Using the double angle formula, we can find sin2x and cos2x:
sin2x = 2sinxcosx
cos2x = cos2x - sin2x
Therefore,
sin2x = 2(4/5)(-3/5) = -24/25
cos2x = (4/5)^2 - (-24/25)^2 = -7/25
Find sin2x and cos2x
How to get the answers, which are sin2x = -24/25, cos2x = -7/25?
sin2x = 2sinxcosx
cos2x = cos2x - sin2x
Therefore,
sin2x = 2(4/5)(-3/5) = -24/25
cos2x = (4/5)^2 - (-24/25)^2 = -7/25
1. Start with the given information: sin(x) = 4/5 and x terminates in Quadrant II.

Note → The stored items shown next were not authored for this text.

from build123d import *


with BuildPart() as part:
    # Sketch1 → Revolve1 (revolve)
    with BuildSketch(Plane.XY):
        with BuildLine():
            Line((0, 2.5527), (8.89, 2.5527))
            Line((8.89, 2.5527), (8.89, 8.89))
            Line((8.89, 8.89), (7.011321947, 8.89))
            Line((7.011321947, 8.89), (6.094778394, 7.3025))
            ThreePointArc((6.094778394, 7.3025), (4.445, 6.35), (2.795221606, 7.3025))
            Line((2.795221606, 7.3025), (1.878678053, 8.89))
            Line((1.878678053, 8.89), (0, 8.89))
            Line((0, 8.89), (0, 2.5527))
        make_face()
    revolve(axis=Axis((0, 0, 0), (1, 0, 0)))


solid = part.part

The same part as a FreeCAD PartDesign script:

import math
import FreeCAD as App
import Part
import Sketcher
from FreeCAD import Vector
Q = App.Units.Quantity

doc = App.newDocument("Part")
body = doc.addObject("PartDesign::Body", "Body")

sketch1 = body.newObject("Sketcher::SketchObject", "Sketch")
sketch1.AttachmentSupport = (doc.getObject("XY_Plane"), [""])
sketch1.MapMode = "FlatFace"
sketch1.addGeometry(Part.LineSegment(Vector(0, 2.6, 0), Vector(8.9, 2.6, 0)), False)
sketch1.addGeometry(Part.LineSegment(Vector(8.9, 2.6, 0), Vector(8.9, 8.9, 0)), False)
sketch1.addGeometry(Part.LineSegment(Vector(8.9, 8.9, 0), Vector(7, 8.9, 0)), False)
sketch1.addGeometry(Part.LineSegment(Vector(7, 8.9, 0), Vector(6.1, 7.3, 0)), False)
sketch1.addGeometry(Part.ArcOfCircle(Part.Circle(Vector(4.4, 8.3, 0), Vector(0, 0, 1), 1.9), math.radians(-150), math.radians(-30)), False)
sketch1.addGeometry(Part.LineSegment(Vector(2.8, 7.3, 0), Vector(1.9, 8.9, 0)), False)
sketch1.addGeometry(Part.LineSegment(Vector(1.9, 8.9, 0), Vector(0, 8.9, 0)), False)
sketch1.addGeometry(Part.LineSegment(Vector(0, 8.9, 0), Vector(0, 2.6, 0)), False)
sketch1.addConstraint(Sketcher.Constraint("Coincident", 0, 2, 1, 1))
sketch1.addConstraint(Sketcher.Constraint("Coincident", 1, 2, 2, 1))
sketch1.addConstraint(Sketcher.Constraint("Coincident", 2, 2, 3, 1))
sketch1.addConstraint(Sketcher.Constraint("Tangent", 3, 2, 4, 2))
sketch1.addConstraint(Sketcher.Constraint("Tangent", 4, 1, 5, 1))
sketch1.addConstraint(Sketcher.Constraint("Coincident", 5, 2, 6, 1))
sketch1.addConstraint(Sketcher.Constraint("Coincident", 6, 2, 7, 1))
sketch1.addConstraint(Sketcher.Constraint("Coincident", 7, 2, 0, 1))
sketch1.addConstraint(Sketcher.Constraint("Horizontal", 0))
sketch1.addConstraint(Sketcher.Constraint("Vertical", 1))
sketch1.addConstraint(Sketcher.Constraint("Horizontal", 2))
sketch1.addConstraint(Sketcher.Constraint("Horizontal", 6))
sketch1.addConstraint(Sketcher.Constraint("Vertical", 7))
sketch1.addConstraint(Sketcher.Constraint("PointOnObject", 6, 2, -2))
sketch1.addConstraint(Sketcher.Constraint("Horizontal", 3, 2, 4, 1))
sketch1.addConstraint(Sketcher.Constraint("Horizontal", 2, 2, 5, 2))
sketch1.addConstraint(Sketcher.Constraint("Equal", 2, 6))
sketch1.addConstraint(Sketcher.Constraint("Angle", 3, Q("-120 deg")))
sketch1.addConstraint(Sketcher.Constraint("Radius", 4, Q("0.075 in")))
sketch1.addConstraint(Sketcher.Constraint("DistanceX", 0, 1, 0, 2, Q("0.35 in")))
sketch1.addConstraint(Sketcher.Constraint("DistanceY", -1, 1, 1, 2, Q("0.35 in")))
sketch1.addConstraint(Sketcher.Constraint("DistanceY", 1, 1, 1, 2, Q("0.2495 in")))
sketch1.addConstraint(Sketcher.Constraint("DistanceY", -1, 1, 4, 3, Q("0.325 in")))
revolution = body.newObject("PartDesign::Revolution", "Revolution")
revolution.Profile = sketch1
revolution.ReferenceAxis = (sketch1, ["H_Axis"])
revolution.Angle = 360

doc.recompute()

2. Since sin(x) = 4/5 and x is in Quadrant II, we know that the cosine of x will be negative. We can find this using the Pythagorean Identity: cos(x) = √(1 - sin^2(x)), which gives: cos(x) = √(1 - (4/5)^2) = √(1 - 16/25) = √(9/25) = 3/5.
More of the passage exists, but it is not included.